Hey, I've implemented a tree in a mysql table using:

http://dev.mysql.com/tech-resources/articles/hierarchical-data.html

This is the method where you have a table like:

+-------------+----------------------+-----+-----+
| category_id | name                 | lft | rgt |
+-------------+----------------------+-----+-----+
|           1 | ELECTRONICS          |   1 |  20 |
|           2 | TELEVISIONS          |   2 |   9 |
|           3 | TUBE                 |   3 |   4 |
|           4 | LCD                  |   5 |   6 |
|           5 | PLASMA               |   7 |   8 |
|           6 | PORTABLE ELECTRONICS |  10 |  19 |
|           7 | MP3 PLAYERS          |  11 |  14 |
|           8 | FLASH                |  12 |  13 |
|           9 | CD PLAYERS           |  15 |  16 |
|          10 | 2 WAY RADIOS         |  17 |  18 |
+-------------+----------------------+-----+-----+

To print the table out like normal, you would just orderby the lft column. Is there any easy way to order it in reverse, or have another column like "cost" where all entries of the same "depth" are ordered by cost?

Thanks

A: 

The URL you quote shows how to get a SELECT that gives the depth -- if you nest that into another SELECT, you can order as you prefer. For example:

SELECT thename, thedepth
FROM (
  SELECT node.name AS thename, (COUNT(parent.name) - 1) AS thedepth
  FROM nested_category AS node,
  nested_category AS parent
  WHERE node.lft BETWEEN parent.lft AND parent.rgt
  GROUP BY node.name
  ORDER BY node.lft) plain
ORDER BY thedepth DESC;

Similarly, of course, you could have a node.cost AS thecost as well in the inner SELECT, get it in the outer SELECT, and ORDER BY thedepth DESC, thecost ASC or whatever.

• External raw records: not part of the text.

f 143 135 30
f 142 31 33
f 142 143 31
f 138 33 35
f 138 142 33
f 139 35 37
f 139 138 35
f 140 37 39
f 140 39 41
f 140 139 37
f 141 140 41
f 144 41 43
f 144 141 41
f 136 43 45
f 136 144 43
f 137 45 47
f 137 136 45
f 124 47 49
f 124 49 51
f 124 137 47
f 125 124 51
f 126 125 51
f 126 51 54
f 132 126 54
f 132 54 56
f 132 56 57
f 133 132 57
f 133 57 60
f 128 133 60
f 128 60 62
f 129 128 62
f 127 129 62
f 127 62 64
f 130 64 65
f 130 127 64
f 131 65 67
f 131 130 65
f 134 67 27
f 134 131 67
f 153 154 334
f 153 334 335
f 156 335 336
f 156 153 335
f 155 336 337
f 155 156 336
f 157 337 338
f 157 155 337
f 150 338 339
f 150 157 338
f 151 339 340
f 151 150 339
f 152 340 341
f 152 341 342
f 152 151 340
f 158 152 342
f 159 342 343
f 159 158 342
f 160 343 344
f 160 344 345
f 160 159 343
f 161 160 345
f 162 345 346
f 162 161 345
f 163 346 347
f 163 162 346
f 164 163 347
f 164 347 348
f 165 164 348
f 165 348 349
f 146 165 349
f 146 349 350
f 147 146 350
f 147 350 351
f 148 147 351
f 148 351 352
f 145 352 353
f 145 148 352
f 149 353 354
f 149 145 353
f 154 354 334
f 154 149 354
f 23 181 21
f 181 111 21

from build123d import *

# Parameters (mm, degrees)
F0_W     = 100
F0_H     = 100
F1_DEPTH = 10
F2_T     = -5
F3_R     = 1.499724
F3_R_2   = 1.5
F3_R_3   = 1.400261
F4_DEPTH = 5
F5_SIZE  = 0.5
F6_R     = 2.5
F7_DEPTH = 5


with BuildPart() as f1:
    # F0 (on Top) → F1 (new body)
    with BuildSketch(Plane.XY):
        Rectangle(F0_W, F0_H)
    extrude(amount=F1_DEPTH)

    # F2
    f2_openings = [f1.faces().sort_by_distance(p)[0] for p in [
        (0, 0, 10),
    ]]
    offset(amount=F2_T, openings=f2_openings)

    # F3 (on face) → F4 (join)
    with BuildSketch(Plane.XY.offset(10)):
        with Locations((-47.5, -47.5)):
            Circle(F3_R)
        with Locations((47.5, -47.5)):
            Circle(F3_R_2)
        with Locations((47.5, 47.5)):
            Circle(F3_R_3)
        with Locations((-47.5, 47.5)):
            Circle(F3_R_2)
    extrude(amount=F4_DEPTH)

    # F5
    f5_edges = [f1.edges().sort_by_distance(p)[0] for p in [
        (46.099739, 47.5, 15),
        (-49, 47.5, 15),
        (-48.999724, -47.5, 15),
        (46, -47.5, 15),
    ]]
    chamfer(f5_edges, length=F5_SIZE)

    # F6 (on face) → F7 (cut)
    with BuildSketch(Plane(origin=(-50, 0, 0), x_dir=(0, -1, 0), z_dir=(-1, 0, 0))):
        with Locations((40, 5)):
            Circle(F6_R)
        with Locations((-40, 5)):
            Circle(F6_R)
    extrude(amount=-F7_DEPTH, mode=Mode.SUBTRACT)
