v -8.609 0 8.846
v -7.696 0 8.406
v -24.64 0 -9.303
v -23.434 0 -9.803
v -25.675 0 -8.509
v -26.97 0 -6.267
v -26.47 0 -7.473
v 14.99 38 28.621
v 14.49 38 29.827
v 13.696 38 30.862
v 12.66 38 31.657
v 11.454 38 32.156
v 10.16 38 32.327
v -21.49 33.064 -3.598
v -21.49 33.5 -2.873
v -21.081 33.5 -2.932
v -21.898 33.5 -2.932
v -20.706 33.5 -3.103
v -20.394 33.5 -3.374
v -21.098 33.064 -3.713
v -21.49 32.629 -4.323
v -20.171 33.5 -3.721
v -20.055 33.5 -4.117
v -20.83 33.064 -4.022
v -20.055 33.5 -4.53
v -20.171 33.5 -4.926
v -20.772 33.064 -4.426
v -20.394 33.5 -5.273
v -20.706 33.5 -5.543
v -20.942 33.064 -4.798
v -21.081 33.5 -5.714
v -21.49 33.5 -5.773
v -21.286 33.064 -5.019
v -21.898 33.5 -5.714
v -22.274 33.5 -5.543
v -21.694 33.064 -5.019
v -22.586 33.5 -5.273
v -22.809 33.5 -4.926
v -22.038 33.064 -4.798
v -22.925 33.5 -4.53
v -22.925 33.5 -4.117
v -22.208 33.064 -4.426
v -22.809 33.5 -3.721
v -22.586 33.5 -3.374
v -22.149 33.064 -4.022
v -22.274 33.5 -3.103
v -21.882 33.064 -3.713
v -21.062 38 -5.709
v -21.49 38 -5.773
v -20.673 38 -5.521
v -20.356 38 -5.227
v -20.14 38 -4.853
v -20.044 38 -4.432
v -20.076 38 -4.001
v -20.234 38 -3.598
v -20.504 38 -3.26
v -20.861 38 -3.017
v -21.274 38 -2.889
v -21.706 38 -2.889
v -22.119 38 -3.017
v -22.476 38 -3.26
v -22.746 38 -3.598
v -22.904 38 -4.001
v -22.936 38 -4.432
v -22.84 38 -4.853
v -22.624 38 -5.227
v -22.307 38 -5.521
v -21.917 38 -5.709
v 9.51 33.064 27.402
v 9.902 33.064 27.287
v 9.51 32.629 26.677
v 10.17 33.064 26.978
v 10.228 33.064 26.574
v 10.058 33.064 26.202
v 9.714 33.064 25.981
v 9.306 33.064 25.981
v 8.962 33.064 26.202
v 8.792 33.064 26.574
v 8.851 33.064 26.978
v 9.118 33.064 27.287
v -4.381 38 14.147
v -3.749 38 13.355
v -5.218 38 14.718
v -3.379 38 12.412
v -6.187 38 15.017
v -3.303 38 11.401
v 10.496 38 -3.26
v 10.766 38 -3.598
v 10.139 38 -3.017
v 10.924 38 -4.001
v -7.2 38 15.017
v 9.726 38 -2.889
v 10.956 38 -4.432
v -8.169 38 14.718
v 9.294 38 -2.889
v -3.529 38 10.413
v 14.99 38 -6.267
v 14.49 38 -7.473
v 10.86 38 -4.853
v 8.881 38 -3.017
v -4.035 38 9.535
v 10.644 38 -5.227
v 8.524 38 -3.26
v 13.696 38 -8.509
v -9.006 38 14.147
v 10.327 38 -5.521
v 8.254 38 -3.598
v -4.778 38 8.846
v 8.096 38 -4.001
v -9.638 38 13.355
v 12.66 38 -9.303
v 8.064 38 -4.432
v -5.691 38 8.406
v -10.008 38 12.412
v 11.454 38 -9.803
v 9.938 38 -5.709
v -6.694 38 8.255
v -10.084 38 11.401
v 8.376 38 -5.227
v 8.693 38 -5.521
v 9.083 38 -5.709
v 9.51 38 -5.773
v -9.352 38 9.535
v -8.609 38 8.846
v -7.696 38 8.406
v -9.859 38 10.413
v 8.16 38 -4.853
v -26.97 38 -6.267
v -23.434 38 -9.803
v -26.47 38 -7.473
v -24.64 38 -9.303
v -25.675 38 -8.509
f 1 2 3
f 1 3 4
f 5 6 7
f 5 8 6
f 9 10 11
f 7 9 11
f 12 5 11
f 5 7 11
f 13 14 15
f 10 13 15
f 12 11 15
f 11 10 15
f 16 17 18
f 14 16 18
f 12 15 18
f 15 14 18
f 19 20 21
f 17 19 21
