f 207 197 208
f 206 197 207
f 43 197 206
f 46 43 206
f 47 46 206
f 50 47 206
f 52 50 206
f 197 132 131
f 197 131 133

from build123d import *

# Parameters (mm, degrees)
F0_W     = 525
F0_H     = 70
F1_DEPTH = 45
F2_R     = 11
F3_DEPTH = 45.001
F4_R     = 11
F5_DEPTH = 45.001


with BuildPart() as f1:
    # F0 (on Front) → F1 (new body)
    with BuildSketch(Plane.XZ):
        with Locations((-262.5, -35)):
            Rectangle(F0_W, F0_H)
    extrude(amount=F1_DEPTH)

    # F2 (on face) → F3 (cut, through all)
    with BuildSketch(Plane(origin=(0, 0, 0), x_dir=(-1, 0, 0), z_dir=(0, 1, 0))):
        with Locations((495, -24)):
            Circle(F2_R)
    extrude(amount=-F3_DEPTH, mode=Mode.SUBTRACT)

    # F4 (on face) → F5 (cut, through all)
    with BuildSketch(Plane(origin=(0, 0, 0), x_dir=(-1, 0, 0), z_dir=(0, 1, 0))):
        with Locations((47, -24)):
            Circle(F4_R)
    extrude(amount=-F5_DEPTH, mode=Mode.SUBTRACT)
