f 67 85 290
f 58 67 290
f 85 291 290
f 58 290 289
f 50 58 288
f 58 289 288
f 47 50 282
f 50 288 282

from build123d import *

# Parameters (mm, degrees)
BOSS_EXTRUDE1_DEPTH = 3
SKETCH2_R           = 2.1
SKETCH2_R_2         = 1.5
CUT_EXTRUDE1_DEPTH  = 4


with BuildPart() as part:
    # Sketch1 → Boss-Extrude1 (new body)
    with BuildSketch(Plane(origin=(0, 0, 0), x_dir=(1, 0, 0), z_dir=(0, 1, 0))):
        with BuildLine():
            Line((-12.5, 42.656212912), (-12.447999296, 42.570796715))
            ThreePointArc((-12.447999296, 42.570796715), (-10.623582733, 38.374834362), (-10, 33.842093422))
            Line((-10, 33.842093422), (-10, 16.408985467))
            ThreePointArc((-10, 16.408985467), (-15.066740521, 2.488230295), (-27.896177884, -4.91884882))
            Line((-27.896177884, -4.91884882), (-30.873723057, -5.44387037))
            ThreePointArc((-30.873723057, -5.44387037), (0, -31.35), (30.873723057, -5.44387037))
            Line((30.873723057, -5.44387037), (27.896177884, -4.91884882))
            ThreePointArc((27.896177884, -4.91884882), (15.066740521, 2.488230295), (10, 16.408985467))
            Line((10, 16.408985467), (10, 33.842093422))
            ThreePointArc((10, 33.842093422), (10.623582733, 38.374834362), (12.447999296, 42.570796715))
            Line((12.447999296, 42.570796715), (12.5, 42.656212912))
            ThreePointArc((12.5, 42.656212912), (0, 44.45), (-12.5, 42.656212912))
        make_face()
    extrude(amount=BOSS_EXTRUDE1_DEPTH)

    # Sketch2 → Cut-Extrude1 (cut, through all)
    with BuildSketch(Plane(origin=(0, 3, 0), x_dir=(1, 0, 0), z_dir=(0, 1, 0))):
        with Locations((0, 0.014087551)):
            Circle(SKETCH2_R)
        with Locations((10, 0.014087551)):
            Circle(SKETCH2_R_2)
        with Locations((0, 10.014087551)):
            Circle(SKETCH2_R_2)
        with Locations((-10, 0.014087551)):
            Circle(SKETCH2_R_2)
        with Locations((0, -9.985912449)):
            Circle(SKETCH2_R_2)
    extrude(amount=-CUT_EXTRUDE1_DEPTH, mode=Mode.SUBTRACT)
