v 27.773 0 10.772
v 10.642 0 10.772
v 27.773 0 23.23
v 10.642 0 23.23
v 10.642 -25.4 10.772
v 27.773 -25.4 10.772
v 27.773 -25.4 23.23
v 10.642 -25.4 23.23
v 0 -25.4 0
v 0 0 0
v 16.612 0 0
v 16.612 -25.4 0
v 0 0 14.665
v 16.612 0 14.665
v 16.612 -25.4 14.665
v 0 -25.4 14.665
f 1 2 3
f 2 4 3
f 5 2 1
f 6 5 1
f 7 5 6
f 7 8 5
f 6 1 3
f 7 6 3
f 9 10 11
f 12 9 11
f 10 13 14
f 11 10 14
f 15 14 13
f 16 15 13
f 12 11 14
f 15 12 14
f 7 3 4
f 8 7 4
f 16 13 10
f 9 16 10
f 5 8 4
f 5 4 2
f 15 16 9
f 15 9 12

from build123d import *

# Parameters (mm, degrees)
F0_W     = 5.969814
F0_H     = 3.893358
F1_DEPTH = 25.4
F2_DEPTH = 25.4


with BuildPart() as f1:
    # F0 (on Front) → F1 (new body)
    with BuildSketch(Plane.XZ):
        Polygon((0, 14.664982), (0, 0), (16.611656, 0), (16.611656, 10.771624), (10.641842, 10.771624), (10.641842, 14.664982), align=None)
        with Locations((13.626749, 12.718303)):
            Rectangle(F0_W, F0_H)
    extrude(amount=F1_DEPTH)


with BuildPart() as f2:
    # F0 (on Front) → F2 (new body)
    with BuildSketch(Plane.XZ):
        with Locations((13.626749, 12.718303)):
            Rectangle(F0_W, F0_H)
        Polygon((16.611656, 14.664982), (16.611656, 10.771624), (27.772613, 10.771624), (27.772613, 23.230368), (10.641842, 23.230368), (10.641842, 14.664982), align=None)
    extrude(amount=F2_DEPTH)


solid = Compound([f1.part, f2.part])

Performance may or may not be decent, but you can really tell only by trying (and EXPLAIN SELECT and adding appropriate indices;-).

If you have a sufficiently-smart DB engine, you don't need the nesting -- you can directly ORDER BY a computed column (as thedepth is here). But I think this solution would work on more/older DB engines/versions.

Alex Martelli
Thank you very much!
In the above example, nested_category AS parent is making the entire table named "parent". If I only wanted a sub section of the table, would I use a third select? Like:(SELECT name, left, rgt FROM comments WHERE tree_id = 2) AS parent
What's "comments"? is it the same table I named "node"? If so, best s to add 'AND parent.tree_id = 2' to the WHERE. (btw, why the thanks without upvote nor acceptance? weird by normal SO etiquette!-).